T, 2009). ERP adalah sistem perusahaan lintas fungsional yang mengintegrasikan dan
melakukan otomatisasi banyak internal perusahaan untuk mencapai efisiensi, kelincahan,
dan daya tanggap yang diperlukan untuk menjadi terdepan dalam lingkungan bisnis yang
dinamis (Erkan, T,2009). Software ERP biasanya terdiri dari berbagai modul yang
memberikan info akurat dari seluruh fungsi dalam perusahaan. Seperti proses penerimaan
order, pemrosesan order, produksi , penjualan, dan manajemen sumber daya.

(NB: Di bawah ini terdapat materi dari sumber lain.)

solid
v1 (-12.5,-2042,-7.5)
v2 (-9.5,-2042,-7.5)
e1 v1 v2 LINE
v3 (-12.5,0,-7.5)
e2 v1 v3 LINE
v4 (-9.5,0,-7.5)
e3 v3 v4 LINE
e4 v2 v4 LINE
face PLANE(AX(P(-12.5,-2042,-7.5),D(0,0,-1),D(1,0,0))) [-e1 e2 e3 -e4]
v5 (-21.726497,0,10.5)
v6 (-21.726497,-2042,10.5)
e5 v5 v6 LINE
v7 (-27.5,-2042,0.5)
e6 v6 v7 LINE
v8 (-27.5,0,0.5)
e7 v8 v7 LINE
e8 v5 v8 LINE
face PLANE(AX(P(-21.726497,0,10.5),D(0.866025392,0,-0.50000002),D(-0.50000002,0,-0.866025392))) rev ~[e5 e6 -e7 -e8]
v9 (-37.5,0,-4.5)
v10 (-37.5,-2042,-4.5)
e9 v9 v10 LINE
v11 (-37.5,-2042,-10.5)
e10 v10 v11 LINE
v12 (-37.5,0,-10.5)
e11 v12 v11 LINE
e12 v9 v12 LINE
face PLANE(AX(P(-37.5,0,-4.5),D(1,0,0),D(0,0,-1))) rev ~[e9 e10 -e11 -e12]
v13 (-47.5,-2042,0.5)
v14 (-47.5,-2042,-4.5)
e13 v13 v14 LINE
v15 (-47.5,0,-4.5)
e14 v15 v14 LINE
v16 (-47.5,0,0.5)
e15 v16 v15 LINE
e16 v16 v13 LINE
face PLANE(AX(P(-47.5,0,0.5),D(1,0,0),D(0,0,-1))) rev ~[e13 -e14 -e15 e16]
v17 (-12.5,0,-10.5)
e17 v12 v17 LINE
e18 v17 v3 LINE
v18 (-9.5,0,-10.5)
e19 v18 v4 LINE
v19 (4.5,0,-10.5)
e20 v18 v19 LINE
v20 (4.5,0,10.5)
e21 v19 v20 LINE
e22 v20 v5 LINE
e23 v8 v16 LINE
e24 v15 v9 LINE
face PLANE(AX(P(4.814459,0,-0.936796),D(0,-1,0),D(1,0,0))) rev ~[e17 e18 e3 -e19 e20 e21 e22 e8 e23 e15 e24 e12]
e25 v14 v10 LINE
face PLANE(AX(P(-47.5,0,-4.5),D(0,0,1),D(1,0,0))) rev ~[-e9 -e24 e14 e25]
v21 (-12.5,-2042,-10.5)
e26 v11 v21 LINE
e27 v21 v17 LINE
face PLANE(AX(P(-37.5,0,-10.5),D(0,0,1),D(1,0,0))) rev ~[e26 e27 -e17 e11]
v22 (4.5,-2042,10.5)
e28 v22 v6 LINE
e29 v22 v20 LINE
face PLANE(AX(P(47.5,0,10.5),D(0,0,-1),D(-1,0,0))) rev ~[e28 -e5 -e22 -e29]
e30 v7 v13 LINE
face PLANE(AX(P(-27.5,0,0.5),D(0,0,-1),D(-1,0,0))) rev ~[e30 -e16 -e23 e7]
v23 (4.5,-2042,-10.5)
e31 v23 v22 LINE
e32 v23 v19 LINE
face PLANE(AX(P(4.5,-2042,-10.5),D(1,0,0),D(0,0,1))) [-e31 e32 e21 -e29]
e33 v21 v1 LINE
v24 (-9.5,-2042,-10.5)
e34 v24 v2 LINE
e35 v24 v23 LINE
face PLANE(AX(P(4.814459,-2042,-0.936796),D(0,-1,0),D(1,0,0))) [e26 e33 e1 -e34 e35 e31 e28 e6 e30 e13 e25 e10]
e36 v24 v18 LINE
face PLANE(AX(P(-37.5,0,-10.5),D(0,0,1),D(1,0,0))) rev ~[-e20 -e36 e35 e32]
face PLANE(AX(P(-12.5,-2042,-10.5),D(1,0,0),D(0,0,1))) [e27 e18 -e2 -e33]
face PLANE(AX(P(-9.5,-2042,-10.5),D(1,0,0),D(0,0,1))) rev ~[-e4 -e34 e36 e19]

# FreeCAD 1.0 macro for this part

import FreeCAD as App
import Part
import Sketcher
Q = App.Units.Quantity


def add_polygon(sketch, points):
    """Adds a closed chain of lines whose ends are joined by coincident constraints."""
    first, n = sketch.GeometryCount, len(points)
    for a, b in zip(points, points[1:] + points[:1]):
        sketch.addGeometry(Part.LineSegment(App.Vector(*a, 0), App.Vector(*b, 0)), False)
    for i in range(n):
        sketch.addConstraint(Sketcher.Constraint("Coincident", first + i, 2, first + (i + 1) % n, 1))

doc = App.newDocument("Part")
body = doc.addObject("PartDesign::Body", "Body")

# Sketch on XZ plane
sketch1 = doc.addObject("Sketcher::SketchObject", "Sketch")
body.addObject(sketch1)
sketch1.AttachmentSupport = (doc.XZ_Plane, [""])
sketch1.MapMode = "FlatFace"
add_polygon(sketch1, [(48, 10), (-22, 10), (-28, 0), (-48, 0), (-48, -4), (-38, -4), (-38, -10), (48, -10), (48, -4), (38, -4), (38, 0), (48, 0)])  # lines 0-11
sketch1.addConstraint(Sketcher.Constraint("Horizontal", 0))
sketch1.addConstraint(Sketcher.Constraint("Horizontal", 2))
sketch1.addConstraint(Sketcher.Constraint("Vertical", 3))
sketch1.addConstraint(Sketcher.Constraint("Horizontal", 4))
sketch1.addConstraint(Sketcher.Constraint("Vertical", 5))
sketch1.addConstraint(Sketcher.Constraint("Horizontal", 6))
sketch1.addConstraint(Sketcher.Constraint("Vertical", 7))
sketch1.addConstraint(Sketcher.Constraint("Horizontal", 8))
sketch1.addConstraint(Sketcher.Constraint("Vertical", 9))
sketch1.addConstraint(Sketcher.Constraint("Horizontal", 10))
sketch1.addConstraint(Sketcher.Constraint("Vertical", 11))
sketch1.addConstraint(Sketcher.Constraint("Symmetric", 3, 2, 7, 2, -2))
sketch1.addConstraint(Sketcher.Constraint("Symmetric", 2, 2, 10, 2, -2))
sketch1.addConstraint(Sketcher.Constraint("Equal", 4, 8))
sketch1.addConstraint(Sketcher.Constraint("Equal", 10, 11))
sketch1.addConstraint(Sketcher.Constraint("DistanceX", 2, 2, 2, 1, Q("20 mm")))
sketch1.addConstraint(Sketcher.Constraint("DistanceX", 4, 1, 4, 2, Q("10 mm")))
sketch1.addConstraint(Sketcher.Constraint("DistanceX", 6, 1, 6, 2, Q("85 mm")))
sketch1.addConstraint(Sketcher.Constraint("DistanceY", 3, 2, 3, 1, Q("5 mm")))
sketch1.addConstraint(Sketcher.Constraint("DistanceY", 5, 2, 5, 1, Q("6 mm")))
sketch1.addConstraint(Sketcher.Constraint("Angle", 1, Q("-120.000001 deg")))
sketch1.addConstraint(Sketcher.Constraint("DistanceY", -1, 1, 0, 2, Q("10.5 mm")))
pad1 = doc.addObject("PartDesign::Pad", "Pad")
body.addObject(pad1)
pad1.Profile = sketch1
pad1.Length = 2042

# Sketch on XZ plane
sketch2 = doc.addObject("Sketcher::SketchObject", "Sketch001")
body.addObject(sketch2)
sketch2.AttachmentSupport = (doc.XZ_Plane, [""])
sketch2.MapMode = "FlatFace"
sketch2.AttachmentOffset = App.Placement(App.Vector(0, 0, 2042), App.Rotation())
add_polygon(sketch2, [(-12.5, -7.5), (-12.5, -10.5), (-9.5, -10.5), (-9.5, -7.5)])  # lines 0-3
add_polygon(sketch2, [(4.5, 10.5), (4.5, -10.5), (47.5, -10.5), (47.5, 10.5)])  # lines 4-7
sketch2.addConstraint(Sketcher.Constraint("Vertical", 0))
sketch2.addConstraint(Sketcher.Constraint("Horizontal", 1))
sketch2.addConstraint(Sketcher.Constraint("Vertical", 2))
sketch2.addConstraint(Sketcher.Constraint("Horizontal", 3))
sketch2.addConstraint(Sketcher.Constraint("Vertical", 4))
sketch2.addConstraint(Sketcher.Constraint("Horizontal", 5))
sketch2.addConstraint(Sketcher.Constraint("Vertical", 6))
sketch2.addConstraint(Sketcher.Constraint("Horizontal", 7))
sketch2.addConstraint(Sketcher.Constraint("Horizontal", 1, 2, 4, 2))
sketch2.addConstraint(Sketcher.Constraint("Equal", 3, 0))
sketch2.addConstraint(Sketcher.Constraint("DistanceX", 1, 1, 1, 2, Q("3 mm")))
sketch2.addConstraint(Sketcher.Constraint("DistanceX", 5, 1, 5, 2, Q("43 mm")))
sketch2.addConstraint(Sketcher.Constraint("DistanceY", 4, 2, 4, 1, Q("21 mm")))
sketch2.addConstraint(Sketcher.Constraint("DistanceX", 1, 2, 4, 2, Q("14 mm")))
sketch2.addConstraint(Sketcher.Constraint("DistanceX", 0, 2, -1, 1, Q("12.5 mm")))
sketch2.addConstraint(Sketcher.Constraint("DistanceY", 0, 2, -1, 1, Q("10.5 mm")))
pocket1 = doc.addObject("PartDesign::Pocket", "Pocket")
body.addObject(pocket1)
pocket1.Profile = sketch2
pocket1.Type = "ThroughAll"

doc.recompute()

Pengukuran Perbaikan menggunakan Mini Balance Scorecard
Analisis proses BPR digunakan untuk mengetahui apakah desain proses bisnis yang baru
telah tepat dan terdapat improvement yang signifikan dari proses bisnis dilakukan
sebelum BPR . Dalam melakukan analisis diperlukan pengurkuran. balance scorecard
adalah salah satu cara untuk mengukur kinerja perusahaan dengan skala yang berimbang.
Menurut Yuwono, Sukarno, E& ichsan, M (2007) BSC merupakan sistem pengukuran
kinerja manajemen yang dipakai untuk mengukur dan mengendalikan performa bisnis.
Pengukuran kinerja manajemen teridir dari emapt perspektif yaitu perspektif keuangan,
perspektif pelanggan, perspektif proses bisnis , perspektif pembelajaran dan pertumbuhan.
Keempat perspektif ini dijabarkan secara singkat :
1. Perspektif Keuangan
Perspektif keuangan memiliki dua tema strategis yang relevan terhadap penelitian
dengan objek yang diteliti.
a. Pertumbuhan Pendapatan misalnya : persentase pendapatan dari aplikasi baru,
persentase pendapatan dari pelanggan dan segmen pasar baru, serta
profitabilitas produk atau pelanggan.
b. Penurunan Biaya
Penurunan biaya per unit produk, per pelanggan atau per jalur distribusi adalah
contoh tujuan penurunan biaya. Ukuran yang tepat sudah jelas, yaitu biaya per
unit dari obyek biaya tertentu. Tren dalam ukuran ini akan menyatakan apakah
biaya telah berkurang atau tidak. Untuk tujuan ini, keakuratan pembebanan
biaya berperan penting. Perhitungan biaya berdadarkan aktivitas dapat
memainkan peranan pengukuran yang penting, khususnya biaya penjualan dan
administrasi, biaya yang biasanya tidak dibebankan pada obyek biaya seperti
pelanggan dan jalur distribusi.
2. Perspektif Pelanggan memiliki tujuan utama, yaitu : peningkatan pangsa pasar,
peningkatan retensi pelanggan, peningkatan pelanggan baru, peningkatan kepuasan
pelanggan dan peningkatan profitabilitas pelanggan.
3. Perspektif Internal adalah sarana menciptakan nilai dari manajemen. Perbaikan proses
operasional untuk meningkatkan kualitas proses, meningkatkan efisiensi proses, dan
menurunkan waktu proses menjadi tolak ukur utama dari penelitian ini.